Copy out each line of the data holding "Locations".

[Data items]
+ + + + + + +

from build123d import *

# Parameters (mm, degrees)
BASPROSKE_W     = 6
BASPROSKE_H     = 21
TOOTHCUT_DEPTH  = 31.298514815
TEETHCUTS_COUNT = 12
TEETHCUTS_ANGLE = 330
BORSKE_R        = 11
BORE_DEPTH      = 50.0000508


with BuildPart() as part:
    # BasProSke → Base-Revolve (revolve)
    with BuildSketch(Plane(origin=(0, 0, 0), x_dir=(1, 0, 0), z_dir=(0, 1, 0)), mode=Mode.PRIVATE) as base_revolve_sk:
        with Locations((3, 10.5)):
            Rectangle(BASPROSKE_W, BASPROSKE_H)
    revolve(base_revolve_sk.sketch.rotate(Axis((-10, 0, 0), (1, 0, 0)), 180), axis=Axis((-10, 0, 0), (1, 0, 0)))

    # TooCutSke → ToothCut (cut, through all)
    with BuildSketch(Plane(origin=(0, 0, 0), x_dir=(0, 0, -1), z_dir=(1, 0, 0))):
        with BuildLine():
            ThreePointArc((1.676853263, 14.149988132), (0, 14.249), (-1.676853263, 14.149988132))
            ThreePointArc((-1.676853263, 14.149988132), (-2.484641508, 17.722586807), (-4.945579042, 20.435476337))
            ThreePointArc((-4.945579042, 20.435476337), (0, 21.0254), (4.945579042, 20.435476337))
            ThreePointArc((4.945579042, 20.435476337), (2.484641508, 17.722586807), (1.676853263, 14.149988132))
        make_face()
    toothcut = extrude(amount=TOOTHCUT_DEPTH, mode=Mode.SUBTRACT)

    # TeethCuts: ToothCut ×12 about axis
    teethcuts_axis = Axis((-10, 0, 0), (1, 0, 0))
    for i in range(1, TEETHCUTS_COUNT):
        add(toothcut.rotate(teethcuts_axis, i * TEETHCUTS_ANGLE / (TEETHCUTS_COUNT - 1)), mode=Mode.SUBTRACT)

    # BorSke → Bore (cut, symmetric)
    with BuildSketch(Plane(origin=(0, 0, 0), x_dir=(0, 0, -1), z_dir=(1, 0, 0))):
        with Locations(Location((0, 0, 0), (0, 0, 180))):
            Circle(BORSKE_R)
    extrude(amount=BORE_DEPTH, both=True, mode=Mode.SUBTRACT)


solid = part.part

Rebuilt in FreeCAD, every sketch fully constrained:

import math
import FreeCAD as App
import Part
import Sketcher

V = App.Vector
Q = App.Units.Quantity

doc = App.newDocument("Part")
body = doc.addObject("PartDesign::Body", "Body")

# Sketch on XZ plane
sketch1 = body.newObject("Sketcher::SketchObject", "Sketch")
sketch1.AttachmentSupport = (doc.getObject("XZ_Plane"), [""])
sketch1.MapMode = "FlatFace"
sketch1.addGeometry([
    Part.LineSegment(V(0, -21, 0), V(0, 0, 0)),
    Part.LineSegment(V(0, 0, 0), V(6, 0, 0)),
    Part.LineSegment(V(6, 0, 0), V(6, -21, 0)),
    Part.LineSegment(V(6, -21, 0), V(0, -21, 0)),
], False)
sketch1.addConstraint([
    Sketcher.Constraint("Coincident", 0, 2, 1, 1),
    Sketcher.Constraint("Coincident", 1, 2, 2, 1),
    Sketcher.Constraint("Coincident", 2, 2, 3, 1),
    Sketcher.Constraint("Coincident", 3, 2, 0, 1),
    Sketcher.Constraint("Vertical", 0),
    Sketcher.Constraint("Horizontal", 1),
    Sketcher.Constraint("Vertical", 2),
    Sketcher.Constraint("Horizontal", 3),
    Sketcher.Constraint("Coincident", 0, 2, -1, 1),
    Sketcher.Constraint("DistanceX", 1, 1, 1, 2, Q("6 mm")),
    Sketcher.Constraint("DistanceY", 0, 1, 0, 2, Q("21 mm")),
])
revolution = body.newObject("PartDesign::Revolution", "Revolution")
revolution.Profile = sketch1
revolution.ReferenceAxis = (sketch1, ["H_Axis"])
revolution.Angle = 360

# Sketch on YZ plane
sketch2 = body.newObject("Sketcher::SketchObject", "Sketch001")
sketch2.AttachmentSupport = (doc.getObject("YZ_Plane"), [""])
sketch2.MapMode = "FlatFace"
sketch2.addGeometry([
    Part.ArcOfCircle(Part.Circle(V(0, 0, 0), V(0, 0, 1), 14.249), math.radians(-6.758353), math.radians(6.758353)),
    Part.ArcOfCircle(Part.Circle(V(14.40063, -8.872489, 0), V(0, 0, 1), 7.2), math.radians(33.05229), math.radians(91.994944)),
    Part.ArcOfCircle(Part.Circle(V(0, 0, 0), V(0, 0, 1), 21.0254), math.radians(-13.604548), math.radians(13.604548)),
    Part.ArcOfCircle(Part.Circle(V(14.40063, 8.872489, 0), V(0, 0, 1), 7.2), math.radians(-91.994944), math.radians(-33.05229)),
], False)
sketch2.addConstraint([
    Sketcher.Constraint("Coincident", 0, 1, 1, 2),
    Sketcher.Constraint("Coincident", 1, 1, 2, 1),
    Sketcher.Constraint("Coincident", 2, 2, 3, 2),
    Sketcher.Constraint("Coincident", 3, 1, 0, 2),
    Sketcher.Constraint("Coincident", 0, 3, -1, 1),
    Sketcher.Constraint("Coincident", 2, 3, -1, 1),
    Sketcher.Constraint("Equal", 1, 3),
    Sketcher.Constraint("Symmetric", 1, 3, 3, 3, -1),
    Sketcher.Constraint("Radius", 1, Q("7.2 mm")),
    Sketcher.Constraint("Radius", 0, Q("14.249 mm")),
    Sketcher.Constraint("Radius", 2, Q("21.0254 mm")),
    Sketcher.Constraint("DistanceX", -1, 1, 1, 3, Q("14.40063 mm")),
    Sketcher.Constraint("DistanceY", 1, 3, -1, 1, Q("8.872489 mm")),
])
pocket1 = body.newObject("PartDesign::Pocket", "Pocket")
pocket1.Profile = sketch2
pocket1.Type = "ThroughAll"
pocket1.Reversed = True
doc.recompute()

polarpattern = body.newObject("PartDesign::PolarPattern", "PolarPattern")
polarpattern.Originals = [pocket1]
polarpattern.Axis = (doc.getObject("X_Axis"), [""])
polarpattern.Angle = 360
polarpattern.Occurrences = 12
body.Tip = polarpattern

# Sketch on YZ plane
sketch3 = body.newObject("Sketcher::SketchObject", "Sketch002")
sketch3.AttachmentSupport = (doc.getObject("YZ_Plane"), [""])
sketch3.MapMode = "FlatFace"
sketch3.addGeometry(Part.Circle(V(0, 0, 0), V(0, 0, 1), 11), False)
sketch3.addConstraint([
    Sketcher.Constraint("Coincident", 0, 3, -1, 1),
    Sketcher.Constraint("Diameter", 0, Q("22 mm")),
])
pocket2 = body.newObject("PartDesign::Pocket", "Pocket001")
pocket2.Profile = sketch3
pocket2.Length = 100.000102
pocket2.Midplane = True

doc.recompute()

+ + + + + + +

ANSWER FOR THE TASK:
        with Locations((3, 10.5)):
        with Locations(Location((0, 0, 0), (0, 0, 180))):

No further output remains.